• **Problem to solve**
Would you write out the whole listing below exactly as given?

::::

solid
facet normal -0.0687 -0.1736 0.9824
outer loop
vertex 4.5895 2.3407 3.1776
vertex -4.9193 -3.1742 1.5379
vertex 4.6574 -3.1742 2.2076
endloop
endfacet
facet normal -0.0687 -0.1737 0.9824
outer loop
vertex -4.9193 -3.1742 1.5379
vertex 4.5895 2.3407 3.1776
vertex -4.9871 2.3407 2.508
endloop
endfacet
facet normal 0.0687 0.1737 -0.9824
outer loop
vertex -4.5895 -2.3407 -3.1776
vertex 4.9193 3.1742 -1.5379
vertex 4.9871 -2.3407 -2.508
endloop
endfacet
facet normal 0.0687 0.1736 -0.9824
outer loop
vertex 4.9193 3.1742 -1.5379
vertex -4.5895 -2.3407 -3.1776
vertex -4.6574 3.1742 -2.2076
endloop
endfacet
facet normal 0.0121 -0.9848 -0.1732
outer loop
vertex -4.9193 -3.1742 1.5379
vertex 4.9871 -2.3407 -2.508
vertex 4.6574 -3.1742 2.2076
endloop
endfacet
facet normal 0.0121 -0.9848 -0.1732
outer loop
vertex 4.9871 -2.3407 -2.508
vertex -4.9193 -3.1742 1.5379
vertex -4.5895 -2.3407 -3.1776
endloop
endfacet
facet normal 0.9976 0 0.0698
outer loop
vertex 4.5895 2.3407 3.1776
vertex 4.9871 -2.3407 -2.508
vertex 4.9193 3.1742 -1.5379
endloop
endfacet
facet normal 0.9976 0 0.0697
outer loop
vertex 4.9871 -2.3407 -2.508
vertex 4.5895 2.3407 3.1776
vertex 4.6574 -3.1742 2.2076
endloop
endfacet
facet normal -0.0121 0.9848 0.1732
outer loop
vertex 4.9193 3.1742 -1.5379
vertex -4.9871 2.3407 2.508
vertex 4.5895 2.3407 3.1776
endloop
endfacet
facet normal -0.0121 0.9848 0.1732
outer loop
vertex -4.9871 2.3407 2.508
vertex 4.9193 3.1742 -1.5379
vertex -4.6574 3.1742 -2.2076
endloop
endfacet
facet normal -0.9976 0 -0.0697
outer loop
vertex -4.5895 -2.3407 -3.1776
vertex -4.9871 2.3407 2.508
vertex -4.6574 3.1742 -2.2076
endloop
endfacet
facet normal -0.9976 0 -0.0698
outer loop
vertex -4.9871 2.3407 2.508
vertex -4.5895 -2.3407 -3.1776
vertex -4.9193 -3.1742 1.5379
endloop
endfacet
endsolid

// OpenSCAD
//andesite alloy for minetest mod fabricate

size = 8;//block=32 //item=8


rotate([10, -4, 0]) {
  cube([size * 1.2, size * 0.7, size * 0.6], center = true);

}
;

::::

• **Response box**
solid
facet normal -0.0687 -0.1736 0.9824
outer loop
vertex 4.5895 2.3407 3.1776
vertex -4.9193 -3.1742 1.5379
vertex 4.6574 -3.1742 2.2076
endloop
endfacet
facet normal -0.0687 -0.1737 0.9824
outer loop
vertex -4.9193 -3.1742 1.5379
vertex 4.5895 2.3407 3.1776
vertex -4.9871 2.3407 2.508
endloop
endfacet
facet normal 0.0687 0.1737 -0.9824
outer loop
vertex -4.5895 -2.3407 -3.1776
vertex 4.9193 3.1742 -1.5379
vertex 4.9871 -2.3407 -2.508
endloop
endfacet
facet normal 0.0687 0.1736 -0.9824
outer loop
vertex 4.9193 3.1742 -1.5379
vertex -4.5895 -2.3407 -3.1776
vertex -4.6574 3.1742 -2.2076
endloop
endfacet
facet normal 0.0121 -0.9848 -0.1732
outer loop
vertex -4.9193 -3.1742 1.5379
vertex 4.9871 -2.3407 -2.508
vertex 4.6574 -3.1742 2.2076
endloop
endfacet
facet normal 0.0121 -0.9848 -0.1732
outer loop
vertex 4.9871 -2.3407 -2.508
vertex -4.9193 -3.1742 1.5379
vertex -4.5895 -2.3407 -3.1776
endloop
endfacet
facet normal 0.9976 0 0.0698
outer loop
vertex 4.5895 2.3407 3.1776
vertex 4.9871 -2.3407 -2.508
vertex 4.9193 3.1742 -1.5379
endloop
endfacet
facet normal 0.9976 0 0.0697
outer loop
vertex 4.9871 -2.3407 -2.508
vertex 4.5895 2.3407 3.1776
vertex 4.6574 -3.1742 2.2076
endloop
endfacet
facet normal -0.0121 0.9848 0.1732
outer loop
vertex 4.9193 3.1742 -1.5379
vertex -4.9871 2.3407 2.508
vertex 4.5895 2.3407 3.1776
endloop
endfacet
facet normal -0.0121 0.9848 0.1732
outer loop
vertex -4.9871 2.3407 2.508
vertex 4.9193 3.1742 -1.5379
vertex -4.6574 3.1742 -2.2076
endloop
endfacet
facet normal -0.9976 0 -0.0697
outer loop
vertex -4.5895 -2.3407 -3.1776
vertex -4.9871 2.3407 2.508
vertex -4.6574 3.1742 -2.2076
endloop
endfacet
facet normal -0.9976 0 -0.0698
outer loop
vertex -4.9871 2.3407 2.508
vertex -4.5895 -2.3407 -3.1776
vertex -4.9193 -3.1742 1.5379
endloop
endfacet
endsolid

// OpenSCAD
//andesite alloy for minetest mod fabricate

size = 8;//block=32 //item=8


rotate([10, -4, 0]) {
  cube([size * 1.2, size * 0.7, size * 0.6], center = true);

}
;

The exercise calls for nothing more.